Beano: The Art of Breaking the Rules opens at Somerset House today 21st October, a major exhibition celebrating the world’s longest-running weekly comic’s mix of mischief, mayhem and fun – where, within its pages, restrictions are always eased.
Contributors include young fiction writer and recent subject of Small Axe film Alex Wheatle, sculptor Phyllida Barlow, Turner Prize-winning artist Martin Creed, comedian and pop star Chris Sievey (otherwise known by his alter-ego Frank Sidebottom), Bob Stanley of indie dance band Saint Etienne, Horace Panter of ska band The Specials, Swiss artist duo Fischli/Weiss, painter Beryl Cook, one of the few female artists involved in the original Pop Art movement Jann Haworth, rising star Rene Mati?, typography artist Babak Ganjei and artist Ryan Gander. They join artists already announced, such as Sarah Lucas, Bedwyr Williams, Hardeep Pandhal and Heather Phillipson. Inspired by the antics of Beano’s mischievous heroes, they have all been brought together by their own spirit of rebellion and sense of playfulness, and their audacious artworks will be shown alongside original artwork from Beano’s archive, in an exhibition that is just as unconventional as its content.
Curated by artist and lifelong Beano fan Andy Holden, Beano: The Art of Breaking the Rules opens with a large selection of original comic drawings, never previously seen in public, chosen across its 4,000-plus editions (to date) and rare archive artefacts relating to Beano’s 83 years of irreverence. As well as Beano’s beloved band of characters – Dennis and Gnasher, Bananaman and Bash Street Kids to name just a few – it also introduces their maverick artists from Leo Baxendale, who brought Minnie the Minx to life, to Laura Howell, who draws the all-round rebel today.
Visitors will then take a trip through Beanotown itself with larger-than-life recreations of Beano’s most iconic backdrops, as if stepping inside the pages of the comic. Hanging on the walls of Bash Street School, the homes of Gasworks Road and Bunkerton Castle, and situated outside on the streets of Beanotown, visitors will discover an eclectic collection of contemporary artworks from today’s greatest creative rule-breakers, who push the boundaries in their own original and wonderful ways. A number of works have been commissioned especially for the show and some – such as popular painter Beryl Cook’s illustrations for children’s book about Rufus the Rat – have never previously been released to the public.
Leeds-based artist Simeon Barclay presents a new neon, two-way mirror inspired by Bash Street Kids character Plug, who believes he is so good-looking he can smash a mirror by winking at it. The two-way mirror first shows a neon silhouette of Plug, before flipping to another neon sign saying ‘ugly’ below which the visitor can see their own reflection. Barclay challenges traditional conventions of beauty by taking the charge out of the word ‘ugly’ and instead owning it, just like Plug.

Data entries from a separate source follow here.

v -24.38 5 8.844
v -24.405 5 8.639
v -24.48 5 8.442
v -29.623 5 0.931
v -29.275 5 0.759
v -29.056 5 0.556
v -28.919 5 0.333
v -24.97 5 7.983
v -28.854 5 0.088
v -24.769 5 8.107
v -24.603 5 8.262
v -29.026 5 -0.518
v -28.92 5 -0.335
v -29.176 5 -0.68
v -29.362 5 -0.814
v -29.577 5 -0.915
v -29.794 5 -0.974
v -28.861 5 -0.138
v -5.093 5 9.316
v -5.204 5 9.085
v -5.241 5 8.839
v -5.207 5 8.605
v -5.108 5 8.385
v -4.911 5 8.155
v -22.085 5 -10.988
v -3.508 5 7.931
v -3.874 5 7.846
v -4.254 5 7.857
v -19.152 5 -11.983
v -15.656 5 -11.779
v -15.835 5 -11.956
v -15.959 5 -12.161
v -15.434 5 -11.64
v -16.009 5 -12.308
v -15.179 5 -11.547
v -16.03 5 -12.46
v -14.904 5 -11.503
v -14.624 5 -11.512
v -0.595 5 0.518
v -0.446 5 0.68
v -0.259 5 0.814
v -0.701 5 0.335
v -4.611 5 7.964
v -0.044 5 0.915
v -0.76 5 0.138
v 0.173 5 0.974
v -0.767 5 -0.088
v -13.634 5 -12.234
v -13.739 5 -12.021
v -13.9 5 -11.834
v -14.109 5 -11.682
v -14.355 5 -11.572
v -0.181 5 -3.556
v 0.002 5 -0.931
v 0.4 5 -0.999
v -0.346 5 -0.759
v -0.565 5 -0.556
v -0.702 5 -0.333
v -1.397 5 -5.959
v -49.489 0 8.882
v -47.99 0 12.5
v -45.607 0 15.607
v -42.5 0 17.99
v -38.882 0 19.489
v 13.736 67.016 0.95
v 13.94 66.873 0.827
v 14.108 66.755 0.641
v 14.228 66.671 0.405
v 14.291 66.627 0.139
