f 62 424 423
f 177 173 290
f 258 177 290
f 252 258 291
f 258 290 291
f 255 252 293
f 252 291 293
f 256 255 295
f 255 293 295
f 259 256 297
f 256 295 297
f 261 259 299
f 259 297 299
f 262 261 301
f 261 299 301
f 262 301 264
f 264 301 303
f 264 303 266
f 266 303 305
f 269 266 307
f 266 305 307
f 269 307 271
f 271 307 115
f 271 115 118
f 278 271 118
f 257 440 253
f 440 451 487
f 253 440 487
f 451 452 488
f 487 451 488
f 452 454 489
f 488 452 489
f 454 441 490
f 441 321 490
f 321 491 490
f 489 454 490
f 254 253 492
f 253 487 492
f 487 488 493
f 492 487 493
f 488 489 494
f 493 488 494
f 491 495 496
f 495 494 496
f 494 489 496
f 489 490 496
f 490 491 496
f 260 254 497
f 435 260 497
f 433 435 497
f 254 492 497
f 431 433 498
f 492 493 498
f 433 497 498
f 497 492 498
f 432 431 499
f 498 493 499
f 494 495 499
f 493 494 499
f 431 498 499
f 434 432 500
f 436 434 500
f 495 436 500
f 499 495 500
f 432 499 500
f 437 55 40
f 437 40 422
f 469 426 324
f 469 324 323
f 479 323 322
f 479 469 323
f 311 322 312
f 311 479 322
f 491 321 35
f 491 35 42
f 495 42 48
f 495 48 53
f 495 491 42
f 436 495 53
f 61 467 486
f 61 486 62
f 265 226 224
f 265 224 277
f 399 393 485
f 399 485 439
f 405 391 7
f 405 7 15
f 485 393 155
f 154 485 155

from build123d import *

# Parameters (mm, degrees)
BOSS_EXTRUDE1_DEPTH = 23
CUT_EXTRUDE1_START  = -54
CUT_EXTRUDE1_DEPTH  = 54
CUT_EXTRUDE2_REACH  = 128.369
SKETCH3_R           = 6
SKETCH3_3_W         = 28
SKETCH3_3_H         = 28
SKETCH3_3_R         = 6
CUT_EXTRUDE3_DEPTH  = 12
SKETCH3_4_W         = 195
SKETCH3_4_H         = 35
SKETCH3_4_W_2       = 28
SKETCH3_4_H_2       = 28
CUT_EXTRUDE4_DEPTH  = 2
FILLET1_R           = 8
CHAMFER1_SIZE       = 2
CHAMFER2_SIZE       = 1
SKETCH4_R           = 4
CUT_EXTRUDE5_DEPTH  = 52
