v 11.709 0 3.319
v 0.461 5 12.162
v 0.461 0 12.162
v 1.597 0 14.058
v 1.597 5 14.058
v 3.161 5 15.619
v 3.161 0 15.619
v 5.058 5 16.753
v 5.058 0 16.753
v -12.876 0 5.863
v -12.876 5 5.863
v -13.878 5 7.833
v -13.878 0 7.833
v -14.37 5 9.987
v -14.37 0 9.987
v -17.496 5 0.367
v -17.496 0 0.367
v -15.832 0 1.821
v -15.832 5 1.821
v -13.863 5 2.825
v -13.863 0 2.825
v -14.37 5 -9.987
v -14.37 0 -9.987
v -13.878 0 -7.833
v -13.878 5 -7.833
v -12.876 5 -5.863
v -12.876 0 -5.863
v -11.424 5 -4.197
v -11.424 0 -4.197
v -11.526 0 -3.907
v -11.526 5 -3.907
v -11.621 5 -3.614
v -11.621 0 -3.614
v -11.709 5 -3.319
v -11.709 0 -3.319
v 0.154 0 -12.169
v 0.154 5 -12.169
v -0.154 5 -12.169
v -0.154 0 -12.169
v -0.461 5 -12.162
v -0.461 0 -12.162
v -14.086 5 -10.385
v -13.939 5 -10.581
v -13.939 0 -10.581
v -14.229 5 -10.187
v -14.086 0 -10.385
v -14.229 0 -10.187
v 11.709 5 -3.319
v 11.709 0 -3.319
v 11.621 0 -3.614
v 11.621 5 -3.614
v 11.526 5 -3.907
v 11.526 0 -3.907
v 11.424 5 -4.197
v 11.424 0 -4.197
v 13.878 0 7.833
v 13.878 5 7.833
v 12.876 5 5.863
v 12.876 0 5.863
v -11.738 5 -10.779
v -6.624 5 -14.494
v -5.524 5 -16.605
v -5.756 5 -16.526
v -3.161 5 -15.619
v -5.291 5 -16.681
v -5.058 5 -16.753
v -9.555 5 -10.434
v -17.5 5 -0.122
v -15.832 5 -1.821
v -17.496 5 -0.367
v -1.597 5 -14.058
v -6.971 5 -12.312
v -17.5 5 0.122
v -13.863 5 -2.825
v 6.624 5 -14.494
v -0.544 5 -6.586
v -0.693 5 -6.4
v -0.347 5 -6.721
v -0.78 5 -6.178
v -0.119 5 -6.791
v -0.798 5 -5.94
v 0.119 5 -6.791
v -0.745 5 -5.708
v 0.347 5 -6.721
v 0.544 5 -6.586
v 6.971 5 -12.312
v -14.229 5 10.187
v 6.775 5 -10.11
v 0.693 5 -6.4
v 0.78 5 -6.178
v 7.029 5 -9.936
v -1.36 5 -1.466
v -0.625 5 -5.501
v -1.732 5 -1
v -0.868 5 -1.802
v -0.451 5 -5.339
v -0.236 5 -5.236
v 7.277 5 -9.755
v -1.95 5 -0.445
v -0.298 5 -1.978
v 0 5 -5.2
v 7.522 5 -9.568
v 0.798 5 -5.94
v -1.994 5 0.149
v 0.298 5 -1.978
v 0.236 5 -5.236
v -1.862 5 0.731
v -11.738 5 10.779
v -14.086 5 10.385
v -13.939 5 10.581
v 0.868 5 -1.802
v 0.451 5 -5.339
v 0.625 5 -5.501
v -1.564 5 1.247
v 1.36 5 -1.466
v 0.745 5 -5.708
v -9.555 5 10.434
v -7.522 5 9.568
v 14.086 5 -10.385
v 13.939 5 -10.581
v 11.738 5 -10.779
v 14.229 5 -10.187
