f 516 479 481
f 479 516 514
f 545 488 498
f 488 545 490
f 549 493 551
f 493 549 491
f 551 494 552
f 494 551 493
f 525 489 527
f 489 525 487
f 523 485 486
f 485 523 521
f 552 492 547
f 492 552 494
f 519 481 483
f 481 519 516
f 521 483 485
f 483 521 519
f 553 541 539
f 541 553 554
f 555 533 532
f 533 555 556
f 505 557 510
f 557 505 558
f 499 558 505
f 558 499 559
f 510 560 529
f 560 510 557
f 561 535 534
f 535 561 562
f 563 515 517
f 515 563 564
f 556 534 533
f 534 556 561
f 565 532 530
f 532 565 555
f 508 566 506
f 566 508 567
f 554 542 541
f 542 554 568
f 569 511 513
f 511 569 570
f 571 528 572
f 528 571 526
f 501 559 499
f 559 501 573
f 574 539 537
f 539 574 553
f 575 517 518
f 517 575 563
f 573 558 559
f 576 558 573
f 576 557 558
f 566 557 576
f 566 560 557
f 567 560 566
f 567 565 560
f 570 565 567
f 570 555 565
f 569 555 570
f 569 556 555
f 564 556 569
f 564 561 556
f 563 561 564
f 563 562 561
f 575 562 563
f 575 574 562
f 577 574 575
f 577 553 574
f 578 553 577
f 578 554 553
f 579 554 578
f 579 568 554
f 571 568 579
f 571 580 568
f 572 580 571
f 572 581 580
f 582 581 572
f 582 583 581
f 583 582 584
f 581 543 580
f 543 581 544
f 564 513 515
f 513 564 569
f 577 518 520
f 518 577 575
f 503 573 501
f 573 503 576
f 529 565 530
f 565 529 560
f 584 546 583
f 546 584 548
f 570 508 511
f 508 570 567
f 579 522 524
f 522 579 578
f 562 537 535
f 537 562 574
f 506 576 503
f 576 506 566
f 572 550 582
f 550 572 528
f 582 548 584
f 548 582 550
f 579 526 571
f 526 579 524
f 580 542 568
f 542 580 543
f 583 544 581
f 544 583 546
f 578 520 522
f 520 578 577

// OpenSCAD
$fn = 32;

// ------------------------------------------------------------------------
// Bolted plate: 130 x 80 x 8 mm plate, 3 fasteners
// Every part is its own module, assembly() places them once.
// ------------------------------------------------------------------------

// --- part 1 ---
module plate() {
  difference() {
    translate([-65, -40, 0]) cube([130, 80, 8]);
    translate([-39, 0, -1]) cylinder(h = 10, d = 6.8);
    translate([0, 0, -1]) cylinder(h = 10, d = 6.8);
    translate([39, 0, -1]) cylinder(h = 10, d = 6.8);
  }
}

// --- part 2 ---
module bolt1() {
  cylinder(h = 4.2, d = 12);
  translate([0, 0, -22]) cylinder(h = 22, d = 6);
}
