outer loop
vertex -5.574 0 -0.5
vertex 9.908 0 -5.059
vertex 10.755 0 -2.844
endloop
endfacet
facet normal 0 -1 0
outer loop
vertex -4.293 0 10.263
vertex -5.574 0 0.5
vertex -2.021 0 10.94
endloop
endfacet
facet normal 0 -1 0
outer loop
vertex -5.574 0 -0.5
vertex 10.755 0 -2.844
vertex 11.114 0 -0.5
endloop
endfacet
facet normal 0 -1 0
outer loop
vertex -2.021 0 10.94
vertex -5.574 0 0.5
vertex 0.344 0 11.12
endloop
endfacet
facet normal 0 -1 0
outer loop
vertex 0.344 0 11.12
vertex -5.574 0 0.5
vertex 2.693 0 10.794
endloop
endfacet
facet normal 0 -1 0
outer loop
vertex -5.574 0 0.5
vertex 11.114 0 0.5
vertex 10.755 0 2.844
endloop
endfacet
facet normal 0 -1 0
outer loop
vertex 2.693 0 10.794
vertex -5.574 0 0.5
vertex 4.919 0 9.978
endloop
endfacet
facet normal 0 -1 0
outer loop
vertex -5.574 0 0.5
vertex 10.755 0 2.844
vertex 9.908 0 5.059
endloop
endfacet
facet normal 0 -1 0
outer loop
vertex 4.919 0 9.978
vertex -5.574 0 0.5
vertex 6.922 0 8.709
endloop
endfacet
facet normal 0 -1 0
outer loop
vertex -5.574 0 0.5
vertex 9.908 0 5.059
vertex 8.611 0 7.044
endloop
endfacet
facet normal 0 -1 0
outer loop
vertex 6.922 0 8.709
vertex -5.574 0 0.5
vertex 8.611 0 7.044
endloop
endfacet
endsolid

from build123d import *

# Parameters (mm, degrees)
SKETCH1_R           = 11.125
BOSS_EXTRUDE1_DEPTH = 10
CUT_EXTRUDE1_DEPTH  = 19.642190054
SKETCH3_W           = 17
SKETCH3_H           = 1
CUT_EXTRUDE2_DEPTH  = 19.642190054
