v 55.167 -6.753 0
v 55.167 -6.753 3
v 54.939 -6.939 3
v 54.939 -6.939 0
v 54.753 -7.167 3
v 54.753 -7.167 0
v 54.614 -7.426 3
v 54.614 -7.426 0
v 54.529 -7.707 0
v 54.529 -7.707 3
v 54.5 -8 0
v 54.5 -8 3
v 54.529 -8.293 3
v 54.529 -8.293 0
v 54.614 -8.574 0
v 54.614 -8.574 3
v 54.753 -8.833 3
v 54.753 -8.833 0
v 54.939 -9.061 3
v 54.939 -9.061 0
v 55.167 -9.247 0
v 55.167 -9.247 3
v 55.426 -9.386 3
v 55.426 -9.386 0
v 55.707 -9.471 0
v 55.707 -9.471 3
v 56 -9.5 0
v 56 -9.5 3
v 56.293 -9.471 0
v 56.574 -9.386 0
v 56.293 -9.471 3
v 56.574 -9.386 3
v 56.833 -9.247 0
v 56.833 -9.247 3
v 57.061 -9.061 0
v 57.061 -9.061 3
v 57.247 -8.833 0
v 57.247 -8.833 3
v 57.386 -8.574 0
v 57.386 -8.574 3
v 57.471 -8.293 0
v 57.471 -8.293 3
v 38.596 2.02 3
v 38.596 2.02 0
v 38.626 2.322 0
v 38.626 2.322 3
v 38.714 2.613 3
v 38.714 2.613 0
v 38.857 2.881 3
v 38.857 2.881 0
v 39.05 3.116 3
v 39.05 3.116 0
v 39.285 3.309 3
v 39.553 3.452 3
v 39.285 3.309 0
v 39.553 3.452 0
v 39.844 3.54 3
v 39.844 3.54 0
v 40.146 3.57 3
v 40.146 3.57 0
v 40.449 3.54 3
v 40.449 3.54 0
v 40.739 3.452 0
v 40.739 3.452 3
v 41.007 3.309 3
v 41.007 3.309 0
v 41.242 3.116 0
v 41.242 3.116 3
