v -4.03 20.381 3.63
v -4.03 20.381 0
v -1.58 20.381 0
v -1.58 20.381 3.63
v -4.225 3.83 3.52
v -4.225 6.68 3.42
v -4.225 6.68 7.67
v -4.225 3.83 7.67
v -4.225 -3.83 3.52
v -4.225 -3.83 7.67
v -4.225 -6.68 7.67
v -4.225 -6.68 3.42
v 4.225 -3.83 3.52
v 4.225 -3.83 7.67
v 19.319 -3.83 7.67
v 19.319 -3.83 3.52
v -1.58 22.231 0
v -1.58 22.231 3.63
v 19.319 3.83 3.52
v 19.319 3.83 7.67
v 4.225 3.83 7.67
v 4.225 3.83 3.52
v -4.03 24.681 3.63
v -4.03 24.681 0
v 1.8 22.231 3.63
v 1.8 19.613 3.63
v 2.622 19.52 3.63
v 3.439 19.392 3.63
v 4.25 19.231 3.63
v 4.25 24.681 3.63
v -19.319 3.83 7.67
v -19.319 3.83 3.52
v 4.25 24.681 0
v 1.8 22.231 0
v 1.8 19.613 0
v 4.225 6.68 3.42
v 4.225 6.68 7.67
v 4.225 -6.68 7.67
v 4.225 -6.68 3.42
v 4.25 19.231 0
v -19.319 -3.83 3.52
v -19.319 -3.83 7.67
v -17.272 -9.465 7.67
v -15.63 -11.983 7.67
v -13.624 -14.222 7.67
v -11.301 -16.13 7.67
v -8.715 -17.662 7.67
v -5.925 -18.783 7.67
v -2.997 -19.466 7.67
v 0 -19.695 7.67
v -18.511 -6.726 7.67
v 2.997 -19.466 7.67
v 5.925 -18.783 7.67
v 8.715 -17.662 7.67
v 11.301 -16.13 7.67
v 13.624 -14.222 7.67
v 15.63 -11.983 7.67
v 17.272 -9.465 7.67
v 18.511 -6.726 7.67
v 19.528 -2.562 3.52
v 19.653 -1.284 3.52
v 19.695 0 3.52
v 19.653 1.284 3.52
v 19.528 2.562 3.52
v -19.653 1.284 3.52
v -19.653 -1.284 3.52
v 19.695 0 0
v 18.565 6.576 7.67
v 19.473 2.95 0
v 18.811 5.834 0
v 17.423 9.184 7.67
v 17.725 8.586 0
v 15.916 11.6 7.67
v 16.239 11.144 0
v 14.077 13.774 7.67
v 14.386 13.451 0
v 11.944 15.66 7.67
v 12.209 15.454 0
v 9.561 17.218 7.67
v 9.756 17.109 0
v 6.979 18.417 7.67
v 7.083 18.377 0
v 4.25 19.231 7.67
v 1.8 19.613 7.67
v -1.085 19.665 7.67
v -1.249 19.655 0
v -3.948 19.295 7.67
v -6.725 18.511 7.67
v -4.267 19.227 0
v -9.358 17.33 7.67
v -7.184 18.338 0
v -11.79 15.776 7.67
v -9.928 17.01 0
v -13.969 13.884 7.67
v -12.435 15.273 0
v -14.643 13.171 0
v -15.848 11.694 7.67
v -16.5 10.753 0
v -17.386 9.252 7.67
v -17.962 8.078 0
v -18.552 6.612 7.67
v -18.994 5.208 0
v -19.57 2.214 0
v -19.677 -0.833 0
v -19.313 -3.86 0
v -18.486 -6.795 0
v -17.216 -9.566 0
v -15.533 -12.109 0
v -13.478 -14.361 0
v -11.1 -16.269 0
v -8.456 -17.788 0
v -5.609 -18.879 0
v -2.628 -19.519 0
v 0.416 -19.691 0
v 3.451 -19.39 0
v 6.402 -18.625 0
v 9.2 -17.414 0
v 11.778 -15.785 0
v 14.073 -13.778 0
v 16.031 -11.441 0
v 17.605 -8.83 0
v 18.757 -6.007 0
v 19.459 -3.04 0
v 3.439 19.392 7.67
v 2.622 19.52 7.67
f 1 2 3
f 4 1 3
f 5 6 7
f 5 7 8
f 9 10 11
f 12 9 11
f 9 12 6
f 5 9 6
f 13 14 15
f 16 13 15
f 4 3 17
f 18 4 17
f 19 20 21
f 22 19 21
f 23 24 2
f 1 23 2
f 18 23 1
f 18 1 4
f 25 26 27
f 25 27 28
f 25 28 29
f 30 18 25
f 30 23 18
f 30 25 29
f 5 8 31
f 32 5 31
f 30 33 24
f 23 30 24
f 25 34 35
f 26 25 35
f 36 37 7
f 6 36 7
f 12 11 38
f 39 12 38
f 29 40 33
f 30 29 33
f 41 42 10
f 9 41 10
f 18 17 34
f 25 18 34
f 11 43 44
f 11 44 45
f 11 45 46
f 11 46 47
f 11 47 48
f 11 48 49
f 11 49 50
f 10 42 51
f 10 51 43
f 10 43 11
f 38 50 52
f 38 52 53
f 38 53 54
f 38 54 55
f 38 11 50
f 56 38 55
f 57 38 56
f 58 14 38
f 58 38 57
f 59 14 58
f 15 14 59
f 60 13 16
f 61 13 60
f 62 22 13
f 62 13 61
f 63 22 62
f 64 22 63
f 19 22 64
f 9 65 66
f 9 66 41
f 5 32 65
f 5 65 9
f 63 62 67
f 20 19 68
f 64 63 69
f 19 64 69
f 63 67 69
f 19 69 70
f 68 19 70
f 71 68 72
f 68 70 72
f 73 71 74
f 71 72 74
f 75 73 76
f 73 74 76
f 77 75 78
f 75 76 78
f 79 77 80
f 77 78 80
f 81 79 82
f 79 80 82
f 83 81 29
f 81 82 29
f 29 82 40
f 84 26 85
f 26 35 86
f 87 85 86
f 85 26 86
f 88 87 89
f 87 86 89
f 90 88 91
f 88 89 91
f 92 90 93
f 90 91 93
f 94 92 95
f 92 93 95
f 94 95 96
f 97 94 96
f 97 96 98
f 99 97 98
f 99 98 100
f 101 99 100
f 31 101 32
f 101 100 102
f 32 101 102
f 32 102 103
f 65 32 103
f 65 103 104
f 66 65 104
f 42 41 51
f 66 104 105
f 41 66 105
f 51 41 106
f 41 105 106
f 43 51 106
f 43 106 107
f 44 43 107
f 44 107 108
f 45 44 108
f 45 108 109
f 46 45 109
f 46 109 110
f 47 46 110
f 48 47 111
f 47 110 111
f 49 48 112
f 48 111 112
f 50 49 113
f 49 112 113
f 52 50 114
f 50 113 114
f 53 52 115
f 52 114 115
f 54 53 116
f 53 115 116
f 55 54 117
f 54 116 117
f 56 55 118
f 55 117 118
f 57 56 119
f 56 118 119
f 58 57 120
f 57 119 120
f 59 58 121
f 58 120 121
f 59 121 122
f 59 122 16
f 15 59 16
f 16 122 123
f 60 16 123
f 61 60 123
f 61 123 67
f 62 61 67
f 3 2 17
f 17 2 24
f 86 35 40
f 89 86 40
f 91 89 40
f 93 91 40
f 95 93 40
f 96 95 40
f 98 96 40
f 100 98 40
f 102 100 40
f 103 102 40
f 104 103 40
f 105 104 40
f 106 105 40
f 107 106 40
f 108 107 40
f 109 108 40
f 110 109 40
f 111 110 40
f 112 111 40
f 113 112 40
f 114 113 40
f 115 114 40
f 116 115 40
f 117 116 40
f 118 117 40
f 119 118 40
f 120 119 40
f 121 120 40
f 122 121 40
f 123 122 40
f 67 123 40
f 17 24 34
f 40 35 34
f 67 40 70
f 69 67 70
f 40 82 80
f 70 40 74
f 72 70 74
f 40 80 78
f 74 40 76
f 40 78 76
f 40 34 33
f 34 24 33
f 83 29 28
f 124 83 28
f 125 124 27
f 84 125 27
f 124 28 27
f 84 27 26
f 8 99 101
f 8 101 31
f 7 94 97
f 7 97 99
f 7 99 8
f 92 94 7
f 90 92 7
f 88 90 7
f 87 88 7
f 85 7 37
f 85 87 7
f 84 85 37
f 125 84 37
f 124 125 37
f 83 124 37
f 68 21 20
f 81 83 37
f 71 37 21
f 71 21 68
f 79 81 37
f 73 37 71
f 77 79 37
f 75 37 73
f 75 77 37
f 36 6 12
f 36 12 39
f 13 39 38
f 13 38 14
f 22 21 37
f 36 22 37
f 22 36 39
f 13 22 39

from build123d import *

# Parameters (mm, degrees)
F1_DEPTH = 7.67
F2_DEPTH = 3.63
F4_DEPTH = 4.25
F5_DEPTH = 4.15


with BuildPart() as f1:
    # F0 (on Top) → F1 (new body)
    with BuildSketch(Plane.XY):
        with BuildLine():
            ThreePointArc((1.8, 19.6125731356), (-14.5489522819, -13.27482627), (19.695, 0))
            ThreePointArc((19.695, 0), (15.3557281657, 12.3326654662), (4.25, 19.2309782642))
            ThreePointArc((4.25, 19.2309782642), (3.0310111616, 19.4603698921), (1.8, 19.6125731356))
        make_face()
    extrude(amount=F1_DEPTH)

    # F0 (on Top) → F2 (join)
    with BuildSketch(Plane.XY):
        with BuildLine():
            ThreePointArc((1.8, 19.6125731356), (3.0310111616, 19.4603698921), (4.25, 19.2309782642))
            Line((4.25, 19.2309782642), (4.25, 24.6809782642))
            Line((4.25, 24.6809782642), (-4.03, 24.6809782642))
            Line((-4.03, 24.6809782642), (-4.03, 20.3809782642))
            Line((-4.03, 20.3809782642), (-1.58, 20.3809782642))
            Line((-1.58, 20.3809782642), (-1.58, 22.2309782642))
            Line((-1.58, 22.2309782642), (1.8, 22.2309782642))
            Line((1.8, 22.2309782642), (1.8, 19.6125731356))
        make_face()
    extrude(amount=F2_DEPTH)

    # F3 (on face) → F4 (cut)
    with BuildSketch(Plane.XY.offset(7.67)):
        Polygon((4.2250477709, 3.83), (4.2250477709, 6.68), (-4.2250477709, 6.68), (-4.2250477709, 3.83), (-4.2250477709, -3.83), (-4.2250477709, -6.68), (4.2250477709, -6.68), (4.2250477709, -3.83), align=None)
    extrude(amount=-F4_DEPTH, mode=Mode.SUBTRACT)

    # F3 (on face) → F5 (cut)
    with BuildSketch(Plane.XY.offset(7.67)):
        with BuildLine():
            Line((-4.2250477709, -3.83), (-4.2250477709, 3.83))
            Line((-4.2250477709, 3.83), (-19.3190094208, 3.83))
            ThreePointArc((-19.3190094208, 3.83), (-19.695, 0), (-19.3190094208, -3.83))
            Line((-19.3190094208, -3.83), (-4.2250477709, -3.83))
        make_face()
        with BuildLine():
            Line((19.3190094208, 3.83), (4.2250477709, 3.83))
            Line((4.2250477709, 3.83), (4.2250477709, -3.83))
            Line((4.2250477709, -3.83), (19.3190094208, -3.83))
            ThreePointArc((19.3190094208, -3.83), (19.6007769686, -1.9242056098), (19.695, 0))
            ThreePointArc((19.695, 0), (19.6007769686, 1.9242056098), (19.3190094208, 3.83))
        make_face()
    extrude(amount=-F5_DEPTH, mode=Mode.SUBTRACT)


solid = f1.part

Whilst not all of the contemporary artworks feature overt references to Beano, they all share a rebellious sensibility, often mixing comedy with subtly coded with social commentary, touching upon Beano’s recurring themes of Class, Education, Art and Feminism.
An original model of Heather Phillipson’s Fourth Plinth piece, THE END, will sit inside Beano’s editor’s office. At first glance, an appetising blob of whipped cream topped with a juicy cherry has, in actual fact, a fly squatting on one side and a drone perched on the other, and the cream is melting around the base of the sculpture, almost on the verge of complete collapse. The seemingly mundane subject of food is also used to cultivate such tensions in a new painting from recent RCA graduate Olivia Sterling, featuring a slapstick scene from a children’s tea party to address identity in modern-day Britain.
An archive of street artist Mark McGowan’s (aka Artist Taxi Driver) stunts is displayed for the first time, from pushing a peanut along the floor with his nose across London in protest at student debt, to attempting to cartwheel from Brighton beach to London to highlight the damage caused to British shores by people taking stones home. Bedwyr Williams’ new series of drawings take a satirical, sideways look at the players of the ‘art world’ and their affectations, whilst Cory Arcangel’s re-creation of Arnold Schoenberg’s Three Piano Pieces, op. 11, edited from YouTube’s sub-culture of piano-playing cats, pokes fun at this cultural fetish.
At the end of the exhibition, artist Peter Liversidge – who created a colourful patchwork of signs in east London paying tribute to NHS and key workers, which went viral last year – hosts an interactive workspace. A new rulebook for life will be created by children in advance of the exhibition, where it will go on view. After seeing this new world order, visitors can choose the rule that they’d also like to live by and get it painted onto a protest sign live in the exhibition, to go straight up on display.
Visitors can further unleash their rebellious streak by slinging rotten tomatoes at the great (virtual) works of art using that iconic Beano weapon, the catapult, and enjoy the splats and splots of their destruction.